Sunrisers Hyderabad
- Coach: Tom Moody
- Captain: David Warner
- Ground(s): Rajiv Gandhi International Cricket Stadium, Hyderabad (Capacity: 55,000) ACA-VDCA Stadium, Visakhapatnam (Capacity: 38,000)
- IPL: Group Stage (6th)
- Most runs: David Warner (562)
- Most wickets: Bhuvneshwar Kumar (18)
- Most catches: David Warner (8)
- Most wicket-keeping dismissals: Naman Ojha (7)

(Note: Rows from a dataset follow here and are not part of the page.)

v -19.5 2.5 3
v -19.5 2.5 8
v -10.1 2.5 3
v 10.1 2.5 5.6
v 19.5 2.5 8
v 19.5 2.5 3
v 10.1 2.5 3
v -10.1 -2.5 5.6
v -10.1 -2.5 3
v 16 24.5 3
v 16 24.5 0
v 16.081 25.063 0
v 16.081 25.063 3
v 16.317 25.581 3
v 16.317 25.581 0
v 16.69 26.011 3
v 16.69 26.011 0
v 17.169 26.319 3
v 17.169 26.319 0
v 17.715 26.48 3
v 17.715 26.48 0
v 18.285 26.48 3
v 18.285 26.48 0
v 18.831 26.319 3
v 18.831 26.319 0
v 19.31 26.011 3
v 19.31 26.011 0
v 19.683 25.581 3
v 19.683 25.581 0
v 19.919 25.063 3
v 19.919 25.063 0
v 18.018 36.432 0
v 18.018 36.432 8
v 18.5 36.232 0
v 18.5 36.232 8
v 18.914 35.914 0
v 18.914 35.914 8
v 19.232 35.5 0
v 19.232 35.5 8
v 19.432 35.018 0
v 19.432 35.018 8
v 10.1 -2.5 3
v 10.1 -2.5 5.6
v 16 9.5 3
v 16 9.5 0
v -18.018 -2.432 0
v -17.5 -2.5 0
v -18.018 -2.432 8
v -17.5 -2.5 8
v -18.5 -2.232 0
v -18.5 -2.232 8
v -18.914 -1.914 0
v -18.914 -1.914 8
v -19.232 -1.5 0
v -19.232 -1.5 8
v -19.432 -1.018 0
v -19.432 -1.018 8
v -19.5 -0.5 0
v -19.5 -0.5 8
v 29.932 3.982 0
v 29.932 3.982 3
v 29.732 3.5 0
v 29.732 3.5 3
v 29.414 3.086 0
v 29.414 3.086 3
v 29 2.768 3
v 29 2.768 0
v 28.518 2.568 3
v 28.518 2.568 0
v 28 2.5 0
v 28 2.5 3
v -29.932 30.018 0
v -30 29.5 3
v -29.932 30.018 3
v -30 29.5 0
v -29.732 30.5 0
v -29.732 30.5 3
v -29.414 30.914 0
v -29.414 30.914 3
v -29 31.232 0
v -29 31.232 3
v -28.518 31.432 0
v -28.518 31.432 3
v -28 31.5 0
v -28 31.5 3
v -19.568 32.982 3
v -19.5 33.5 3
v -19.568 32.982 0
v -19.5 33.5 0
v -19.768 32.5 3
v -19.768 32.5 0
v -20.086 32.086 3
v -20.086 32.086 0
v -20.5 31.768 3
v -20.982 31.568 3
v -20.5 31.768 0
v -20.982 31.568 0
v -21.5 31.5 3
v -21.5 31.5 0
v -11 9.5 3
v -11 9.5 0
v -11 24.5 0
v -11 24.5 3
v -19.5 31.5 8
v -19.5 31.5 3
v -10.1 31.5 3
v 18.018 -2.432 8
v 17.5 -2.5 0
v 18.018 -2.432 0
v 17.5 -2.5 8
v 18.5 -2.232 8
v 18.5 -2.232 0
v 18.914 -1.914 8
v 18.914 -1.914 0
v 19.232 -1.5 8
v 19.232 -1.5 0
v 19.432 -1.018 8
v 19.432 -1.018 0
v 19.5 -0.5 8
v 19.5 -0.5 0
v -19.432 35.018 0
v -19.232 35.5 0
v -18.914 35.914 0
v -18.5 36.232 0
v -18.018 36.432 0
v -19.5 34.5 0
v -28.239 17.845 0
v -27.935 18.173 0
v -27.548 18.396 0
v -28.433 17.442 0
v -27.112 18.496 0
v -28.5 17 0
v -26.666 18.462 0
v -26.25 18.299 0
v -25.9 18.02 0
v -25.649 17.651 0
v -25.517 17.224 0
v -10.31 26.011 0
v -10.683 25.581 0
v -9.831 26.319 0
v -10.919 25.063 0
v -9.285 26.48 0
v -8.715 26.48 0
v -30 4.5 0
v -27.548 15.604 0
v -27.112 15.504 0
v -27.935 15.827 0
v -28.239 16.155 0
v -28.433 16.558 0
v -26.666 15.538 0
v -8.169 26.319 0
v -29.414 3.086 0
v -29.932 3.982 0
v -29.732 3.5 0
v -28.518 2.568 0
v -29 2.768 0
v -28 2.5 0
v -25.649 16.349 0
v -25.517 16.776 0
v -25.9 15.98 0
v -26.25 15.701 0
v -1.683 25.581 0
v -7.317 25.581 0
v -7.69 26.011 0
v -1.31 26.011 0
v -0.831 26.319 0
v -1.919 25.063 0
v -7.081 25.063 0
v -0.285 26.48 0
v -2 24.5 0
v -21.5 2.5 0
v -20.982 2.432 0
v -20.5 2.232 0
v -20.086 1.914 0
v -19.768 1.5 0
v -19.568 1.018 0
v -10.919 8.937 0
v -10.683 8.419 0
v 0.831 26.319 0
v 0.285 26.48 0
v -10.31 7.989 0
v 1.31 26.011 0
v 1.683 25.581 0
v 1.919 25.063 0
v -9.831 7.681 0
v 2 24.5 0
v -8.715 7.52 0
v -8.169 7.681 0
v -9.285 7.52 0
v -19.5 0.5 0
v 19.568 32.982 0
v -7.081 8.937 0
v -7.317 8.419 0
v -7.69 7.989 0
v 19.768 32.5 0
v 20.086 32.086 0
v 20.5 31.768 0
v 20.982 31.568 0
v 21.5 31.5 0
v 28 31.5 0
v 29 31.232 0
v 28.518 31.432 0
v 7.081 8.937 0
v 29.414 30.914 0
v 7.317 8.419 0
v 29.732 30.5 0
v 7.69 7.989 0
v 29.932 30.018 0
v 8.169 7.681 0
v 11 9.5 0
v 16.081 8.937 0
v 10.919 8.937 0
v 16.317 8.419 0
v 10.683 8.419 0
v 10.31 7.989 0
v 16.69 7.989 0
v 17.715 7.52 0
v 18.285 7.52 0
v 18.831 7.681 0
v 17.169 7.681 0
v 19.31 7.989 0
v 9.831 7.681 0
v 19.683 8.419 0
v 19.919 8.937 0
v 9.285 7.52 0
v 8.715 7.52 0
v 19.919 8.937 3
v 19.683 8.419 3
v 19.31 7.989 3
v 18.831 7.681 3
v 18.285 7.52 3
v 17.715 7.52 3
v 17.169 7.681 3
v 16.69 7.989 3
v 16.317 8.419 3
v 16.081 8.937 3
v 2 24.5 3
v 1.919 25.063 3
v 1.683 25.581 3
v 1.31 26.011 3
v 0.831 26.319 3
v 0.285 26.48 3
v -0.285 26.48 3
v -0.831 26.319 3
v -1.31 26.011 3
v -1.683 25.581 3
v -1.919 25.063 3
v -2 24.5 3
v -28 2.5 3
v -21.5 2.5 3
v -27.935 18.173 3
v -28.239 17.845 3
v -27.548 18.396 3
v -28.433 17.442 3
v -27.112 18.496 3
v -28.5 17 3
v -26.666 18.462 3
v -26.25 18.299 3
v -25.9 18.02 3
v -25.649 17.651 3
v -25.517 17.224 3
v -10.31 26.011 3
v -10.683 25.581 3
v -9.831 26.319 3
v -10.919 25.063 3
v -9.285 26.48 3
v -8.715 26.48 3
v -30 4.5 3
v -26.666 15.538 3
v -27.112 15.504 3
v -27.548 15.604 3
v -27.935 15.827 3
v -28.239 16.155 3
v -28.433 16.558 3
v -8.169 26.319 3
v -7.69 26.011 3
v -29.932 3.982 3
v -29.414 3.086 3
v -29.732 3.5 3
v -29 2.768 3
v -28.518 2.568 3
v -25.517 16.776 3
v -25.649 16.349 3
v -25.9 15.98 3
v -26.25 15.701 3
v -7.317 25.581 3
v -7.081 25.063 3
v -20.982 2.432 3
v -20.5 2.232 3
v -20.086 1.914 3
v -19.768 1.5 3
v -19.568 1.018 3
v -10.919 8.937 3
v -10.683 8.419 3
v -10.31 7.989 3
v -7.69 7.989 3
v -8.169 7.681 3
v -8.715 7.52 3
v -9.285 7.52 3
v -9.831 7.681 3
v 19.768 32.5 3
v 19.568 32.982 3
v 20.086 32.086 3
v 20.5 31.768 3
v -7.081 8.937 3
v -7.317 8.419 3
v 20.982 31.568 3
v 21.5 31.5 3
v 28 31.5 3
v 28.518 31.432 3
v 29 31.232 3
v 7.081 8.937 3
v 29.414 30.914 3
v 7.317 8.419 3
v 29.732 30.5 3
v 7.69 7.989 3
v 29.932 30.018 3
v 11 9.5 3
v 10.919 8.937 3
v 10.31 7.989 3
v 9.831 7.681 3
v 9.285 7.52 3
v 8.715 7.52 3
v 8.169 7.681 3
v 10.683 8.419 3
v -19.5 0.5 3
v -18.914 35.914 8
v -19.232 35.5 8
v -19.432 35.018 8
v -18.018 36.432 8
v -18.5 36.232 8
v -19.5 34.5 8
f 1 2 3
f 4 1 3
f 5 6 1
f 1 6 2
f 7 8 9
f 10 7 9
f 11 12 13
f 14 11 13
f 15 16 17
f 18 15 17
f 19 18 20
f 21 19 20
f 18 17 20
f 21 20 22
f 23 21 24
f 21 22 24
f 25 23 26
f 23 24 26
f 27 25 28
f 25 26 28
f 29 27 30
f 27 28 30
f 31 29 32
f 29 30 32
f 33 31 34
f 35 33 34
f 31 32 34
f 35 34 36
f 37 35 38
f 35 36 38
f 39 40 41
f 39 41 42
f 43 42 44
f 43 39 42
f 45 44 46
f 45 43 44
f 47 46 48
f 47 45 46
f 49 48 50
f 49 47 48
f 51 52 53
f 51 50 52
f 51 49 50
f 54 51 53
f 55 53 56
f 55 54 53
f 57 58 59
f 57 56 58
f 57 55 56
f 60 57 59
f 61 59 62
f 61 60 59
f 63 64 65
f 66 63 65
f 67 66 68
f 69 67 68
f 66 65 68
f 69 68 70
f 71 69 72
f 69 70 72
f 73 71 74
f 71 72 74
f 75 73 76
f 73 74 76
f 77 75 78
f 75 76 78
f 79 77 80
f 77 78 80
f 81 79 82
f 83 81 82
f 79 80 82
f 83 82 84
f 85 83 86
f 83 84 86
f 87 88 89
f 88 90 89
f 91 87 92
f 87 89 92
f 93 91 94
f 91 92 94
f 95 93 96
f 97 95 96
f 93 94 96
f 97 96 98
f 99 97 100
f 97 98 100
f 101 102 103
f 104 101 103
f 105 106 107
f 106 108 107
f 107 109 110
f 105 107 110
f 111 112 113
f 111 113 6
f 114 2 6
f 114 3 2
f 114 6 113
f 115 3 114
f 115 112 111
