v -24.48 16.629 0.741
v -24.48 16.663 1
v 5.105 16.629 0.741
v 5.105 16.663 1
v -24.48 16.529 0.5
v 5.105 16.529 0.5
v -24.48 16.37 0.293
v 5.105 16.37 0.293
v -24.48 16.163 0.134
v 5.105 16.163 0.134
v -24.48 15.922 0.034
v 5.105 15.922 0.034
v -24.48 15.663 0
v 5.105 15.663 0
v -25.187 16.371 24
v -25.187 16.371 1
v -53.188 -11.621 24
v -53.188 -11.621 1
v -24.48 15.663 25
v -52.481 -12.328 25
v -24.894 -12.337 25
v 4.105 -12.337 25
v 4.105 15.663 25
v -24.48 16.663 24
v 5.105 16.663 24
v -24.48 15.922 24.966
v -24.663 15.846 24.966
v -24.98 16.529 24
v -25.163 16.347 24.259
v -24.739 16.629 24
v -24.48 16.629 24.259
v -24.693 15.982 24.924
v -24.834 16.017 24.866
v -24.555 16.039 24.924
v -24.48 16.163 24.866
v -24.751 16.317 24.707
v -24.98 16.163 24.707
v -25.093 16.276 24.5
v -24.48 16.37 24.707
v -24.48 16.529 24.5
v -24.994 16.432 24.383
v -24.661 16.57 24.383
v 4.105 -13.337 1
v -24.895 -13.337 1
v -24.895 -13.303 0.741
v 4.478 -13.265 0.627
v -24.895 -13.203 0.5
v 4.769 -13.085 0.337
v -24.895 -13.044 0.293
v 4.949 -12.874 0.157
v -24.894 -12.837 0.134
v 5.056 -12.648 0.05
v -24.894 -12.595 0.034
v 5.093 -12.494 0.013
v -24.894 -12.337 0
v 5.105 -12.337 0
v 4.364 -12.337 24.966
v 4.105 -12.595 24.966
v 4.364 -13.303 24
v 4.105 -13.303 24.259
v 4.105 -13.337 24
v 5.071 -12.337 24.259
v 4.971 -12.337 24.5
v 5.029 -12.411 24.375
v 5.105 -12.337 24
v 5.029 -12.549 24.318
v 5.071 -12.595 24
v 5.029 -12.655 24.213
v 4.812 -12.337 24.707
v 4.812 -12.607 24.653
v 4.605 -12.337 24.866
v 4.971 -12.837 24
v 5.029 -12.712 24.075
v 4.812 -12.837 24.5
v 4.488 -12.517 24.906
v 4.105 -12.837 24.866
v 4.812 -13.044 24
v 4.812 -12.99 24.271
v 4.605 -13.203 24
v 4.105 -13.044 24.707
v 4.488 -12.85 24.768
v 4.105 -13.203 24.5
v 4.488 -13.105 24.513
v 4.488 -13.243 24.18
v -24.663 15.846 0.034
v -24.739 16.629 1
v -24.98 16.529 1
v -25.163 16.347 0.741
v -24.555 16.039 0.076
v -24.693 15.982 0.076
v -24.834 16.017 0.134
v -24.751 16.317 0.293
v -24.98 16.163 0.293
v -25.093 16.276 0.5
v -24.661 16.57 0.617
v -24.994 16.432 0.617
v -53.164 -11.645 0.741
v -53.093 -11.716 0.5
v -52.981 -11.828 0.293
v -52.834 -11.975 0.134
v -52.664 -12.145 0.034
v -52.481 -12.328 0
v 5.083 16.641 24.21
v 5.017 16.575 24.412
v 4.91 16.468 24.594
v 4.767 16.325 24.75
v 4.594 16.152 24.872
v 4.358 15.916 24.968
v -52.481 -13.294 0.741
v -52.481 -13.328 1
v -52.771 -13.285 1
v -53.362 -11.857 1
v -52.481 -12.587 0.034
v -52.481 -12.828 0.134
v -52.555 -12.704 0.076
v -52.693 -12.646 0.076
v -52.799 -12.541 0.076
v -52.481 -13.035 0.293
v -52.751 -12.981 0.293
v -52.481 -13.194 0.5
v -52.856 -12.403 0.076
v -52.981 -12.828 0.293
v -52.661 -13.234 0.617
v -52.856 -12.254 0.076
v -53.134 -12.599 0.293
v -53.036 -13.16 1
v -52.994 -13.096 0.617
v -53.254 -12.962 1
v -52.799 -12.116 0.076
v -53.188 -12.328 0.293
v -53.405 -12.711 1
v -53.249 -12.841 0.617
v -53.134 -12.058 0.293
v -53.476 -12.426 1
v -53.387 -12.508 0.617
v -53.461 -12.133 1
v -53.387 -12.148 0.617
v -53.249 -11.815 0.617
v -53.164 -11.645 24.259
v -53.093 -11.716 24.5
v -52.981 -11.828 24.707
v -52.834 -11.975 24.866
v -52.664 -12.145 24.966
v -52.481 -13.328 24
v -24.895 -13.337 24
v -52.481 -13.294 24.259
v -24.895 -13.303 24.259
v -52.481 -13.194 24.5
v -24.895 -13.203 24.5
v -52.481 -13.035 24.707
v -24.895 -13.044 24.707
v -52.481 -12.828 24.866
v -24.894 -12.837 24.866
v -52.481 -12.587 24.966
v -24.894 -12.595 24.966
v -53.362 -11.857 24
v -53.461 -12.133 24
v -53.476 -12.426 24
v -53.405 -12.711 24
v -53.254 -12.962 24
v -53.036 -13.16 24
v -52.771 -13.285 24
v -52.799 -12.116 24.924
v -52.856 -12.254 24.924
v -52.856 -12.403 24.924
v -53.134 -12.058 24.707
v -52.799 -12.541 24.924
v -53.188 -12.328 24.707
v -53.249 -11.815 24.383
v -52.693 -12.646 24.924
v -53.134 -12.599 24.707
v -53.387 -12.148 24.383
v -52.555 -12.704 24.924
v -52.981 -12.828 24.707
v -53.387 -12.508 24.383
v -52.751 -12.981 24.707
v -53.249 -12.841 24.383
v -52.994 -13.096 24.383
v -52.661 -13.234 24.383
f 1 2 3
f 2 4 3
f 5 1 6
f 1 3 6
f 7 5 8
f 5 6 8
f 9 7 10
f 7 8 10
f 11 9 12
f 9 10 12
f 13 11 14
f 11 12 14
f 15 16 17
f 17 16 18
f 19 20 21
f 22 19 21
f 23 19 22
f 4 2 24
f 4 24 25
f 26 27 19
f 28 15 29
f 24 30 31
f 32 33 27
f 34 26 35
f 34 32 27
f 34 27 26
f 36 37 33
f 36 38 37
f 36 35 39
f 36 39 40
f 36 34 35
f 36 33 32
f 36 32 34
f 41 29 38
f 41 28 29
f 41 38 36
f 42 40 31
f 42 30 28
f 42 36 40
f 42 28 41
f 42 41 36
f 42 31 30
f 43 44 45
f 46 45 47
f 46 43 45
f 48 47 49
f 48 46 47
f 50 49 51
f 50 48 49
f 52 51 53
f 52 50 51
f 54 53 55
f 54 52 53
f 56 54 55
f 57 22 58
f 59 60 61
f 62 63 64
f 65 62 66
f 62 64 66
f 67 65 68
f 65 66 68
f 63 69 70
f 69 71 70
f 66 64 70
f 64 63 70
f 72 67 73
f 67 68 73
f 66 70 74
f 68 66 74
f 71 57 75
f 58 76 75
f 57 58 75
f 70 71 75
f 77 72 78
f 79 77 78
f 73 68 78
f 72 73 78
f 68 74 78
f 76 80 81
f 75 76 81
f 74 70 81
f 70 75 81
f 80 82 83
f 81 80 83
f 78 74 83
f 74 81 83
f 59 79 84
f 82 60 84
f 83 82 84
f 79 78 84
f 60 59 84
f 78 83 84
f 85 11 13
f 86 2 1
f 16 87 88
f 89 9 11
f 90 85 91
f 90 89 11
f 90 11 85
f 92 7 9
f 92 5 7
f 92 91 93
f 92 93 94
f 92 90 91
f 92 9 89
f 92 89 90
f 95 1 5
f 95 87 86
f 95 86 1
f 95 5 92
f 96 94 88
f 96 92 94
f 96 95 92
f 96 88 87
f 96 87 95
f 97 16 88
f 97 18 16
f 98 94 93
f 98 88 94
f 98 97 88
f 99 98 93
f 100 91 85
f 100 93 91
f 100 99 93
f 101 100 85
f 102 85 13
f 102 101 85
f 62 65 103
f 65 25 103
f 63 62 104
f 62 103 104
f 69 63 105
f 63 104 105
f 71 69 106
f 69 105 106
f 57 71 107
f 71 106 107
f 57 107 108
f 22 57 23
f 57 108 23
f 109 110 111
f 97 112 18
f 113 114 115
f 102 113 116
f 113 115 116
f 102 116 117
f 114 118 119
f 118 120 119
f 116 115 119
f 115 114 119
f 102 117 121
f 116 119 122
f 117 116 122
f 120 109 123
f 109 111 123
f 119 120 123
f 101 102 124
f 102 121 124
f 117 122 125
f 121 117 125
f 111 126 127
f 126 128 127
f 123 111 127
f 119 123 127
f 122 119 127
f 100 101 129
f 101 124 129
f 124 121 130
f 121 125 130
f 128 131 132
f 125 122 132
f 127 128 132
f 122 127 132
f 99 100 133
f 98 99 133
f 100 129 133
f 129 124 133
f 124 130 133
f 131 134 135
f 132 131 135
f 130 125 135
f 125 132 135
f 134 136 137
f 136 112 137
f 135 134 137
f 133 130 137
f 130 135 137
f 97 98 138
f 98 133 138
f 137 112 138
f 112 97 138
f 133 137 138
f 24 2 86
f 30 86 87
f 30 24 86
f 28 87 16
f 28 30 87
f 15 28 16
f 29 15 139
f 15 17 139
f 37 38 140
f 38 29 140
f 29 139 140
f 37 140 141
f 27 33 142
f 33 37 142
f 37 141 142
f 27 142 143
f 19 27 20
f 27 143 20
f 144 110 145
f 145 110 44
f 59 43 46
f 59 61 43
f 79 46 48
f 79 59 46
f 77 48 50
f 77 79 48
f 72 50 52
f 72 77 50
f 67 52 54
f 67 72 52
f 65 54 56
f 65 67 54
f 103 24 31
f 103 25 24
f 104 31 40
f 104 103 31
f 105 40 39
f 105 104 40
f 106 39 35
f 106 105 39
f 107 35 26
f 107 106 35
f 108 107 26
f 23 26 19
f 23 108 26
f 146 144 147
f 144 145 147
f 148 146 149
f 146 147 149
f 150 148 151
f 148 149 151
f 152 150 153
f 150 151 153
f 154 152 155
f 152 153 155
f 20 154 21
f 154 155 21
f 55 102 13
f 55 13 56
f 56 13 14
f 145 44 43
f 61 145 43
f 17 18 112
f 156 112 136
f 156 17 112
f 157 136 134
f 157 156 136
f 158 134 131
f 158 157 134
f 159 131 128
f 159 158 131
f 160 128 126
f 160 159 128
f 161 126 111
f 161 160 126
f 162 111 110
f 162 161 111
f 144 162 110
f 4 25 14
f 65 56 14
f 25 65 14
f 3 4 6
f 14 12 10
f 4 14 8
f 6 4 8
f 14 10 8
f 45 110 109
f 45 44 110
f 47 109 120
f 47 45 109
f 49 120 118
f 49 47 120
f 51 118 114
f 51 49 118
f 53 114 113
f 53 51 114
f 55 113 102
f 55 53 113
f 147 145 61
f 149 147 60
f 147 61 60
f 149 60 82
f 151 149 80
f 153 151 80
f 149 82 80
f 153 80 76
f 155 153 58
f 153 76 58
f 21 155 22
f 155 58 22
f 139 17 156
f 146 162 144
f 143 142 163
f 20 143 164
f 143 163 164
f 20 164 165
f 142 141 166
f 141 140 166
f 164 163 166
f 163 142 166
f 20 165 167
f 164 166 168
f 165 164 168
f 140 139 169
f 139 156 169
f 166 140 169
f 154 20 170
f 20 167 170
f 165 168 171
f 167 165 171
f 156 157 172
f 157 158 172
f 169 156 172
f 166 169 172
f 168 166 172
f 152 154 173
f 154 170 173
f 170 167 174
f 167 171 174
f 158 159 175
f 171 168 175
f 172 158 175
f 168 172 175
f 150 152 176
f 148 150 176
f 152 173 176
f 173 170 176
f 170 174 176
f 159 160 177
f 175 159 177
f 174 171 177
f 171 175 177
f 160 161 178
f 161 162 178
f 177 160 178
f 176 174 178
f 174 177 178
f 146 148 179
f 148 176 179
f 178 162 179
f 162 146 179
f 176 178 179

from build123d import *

# Parameters (mm, degrees)
F0_W     = 30
F0_H     = 30
F1_DEPTH = 25
F2_R     = 1


with BuildPart() as f1:
    # F0 (on Top) → F1 (new body)
    with BuildSketch(Plane.XY):
        with Locations((-9.894624, 1.663389)):
            Rectangle(F0_W, F0_H)
        Polygon((-24.894624, -13.336611), (-24.894624, 16.663389), (-54.894623, -13.327551), align=None)
    extrude(amount=F1_DEPTH)

    # F2
    f2_edges = [f1.edges().sort_by_distance(p)[0] for p in [
        (-39.894624, 1.667919, 25),
        (-39.894624, -13.332081, 25),
        (-9.894624, -13.336611, 25),
        (-9.894624, 16.663389, 25),
        (5.105376, 1.663389, 25),
        (-54.894623, -13.327551, 12.5),
        (-39.894624, -13.332081, 0),
        (-9.894624, -13.336611, 0),
        (5.105376, -13.336611, 12.5),
        (-24.894624, -13.336611, 12.5),
        (-39.894624, 1.667919, 0),
        (-24.894624, 16.663389, 12.5),
        (-9.894624, 16.663389, 0),
    ]]
    fillet(f2_edges, radius=F2_R)


solid = f1.part
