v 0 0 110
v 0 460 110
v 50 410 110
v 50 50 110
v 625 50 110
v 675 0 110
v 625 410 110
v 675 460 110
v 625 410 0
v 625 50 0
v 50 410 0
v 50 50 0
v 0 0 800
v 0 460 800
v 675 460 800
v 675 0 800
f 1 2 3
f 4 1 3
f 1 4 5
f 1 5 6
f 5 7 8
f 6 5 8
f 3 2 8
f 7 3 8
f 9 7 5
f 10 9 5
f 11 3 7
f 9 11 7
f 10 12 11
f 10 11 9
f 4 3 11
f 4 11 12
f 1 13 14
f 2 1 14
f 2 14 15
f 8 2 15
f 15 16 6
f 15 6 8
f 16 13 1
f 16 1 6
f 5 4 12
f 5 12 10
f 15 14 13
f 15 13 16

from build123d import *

# Parameters (mm, degrees)
F1_W     = 675
F1_H     = 460
F2_DEPTH = 690
F3_W     = 575
F3_H     = 360
F4_DEPTH = 110


with BuildPart() as f2:
    # F1 (on offset) → F2 (new body, through all)
    with BuildSketch(Plane.XY.offset(800)):
        with Locations((337.5, 230)):
            Rectangle(F1_W, F1_H)
    extrude(amount=-F2_DEPTH)

    # F3 (on face) → F4 (join, through all)
    with BuildSketch(Plane(origin=(0, 0, 110), x_dir=(1, 0, 0), z_dir=(0, 0, -1))):
        with Locations((337.5, -230)):
            Rectangle(F3_W, F3_H)
    extrude(amount=F4_DEPTH)


solid = f2.part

= 2015 Sunrisers Hyderabad season =

Indian Premier League cricket team season

Sunrisers Hyderabad (SRH) are a franchise cricket team based in Hyderabad, India, which plays in the Indian Premier League (IPL). They were one of the eight teams that are competing in the 2015 Indian Premier League. This was their third outing in IPL. The team was being captained by David Warner and coached by Tom Moody with Muttiah Muralitharan as their bowling coach and VVS Laxman as the mentor for this team.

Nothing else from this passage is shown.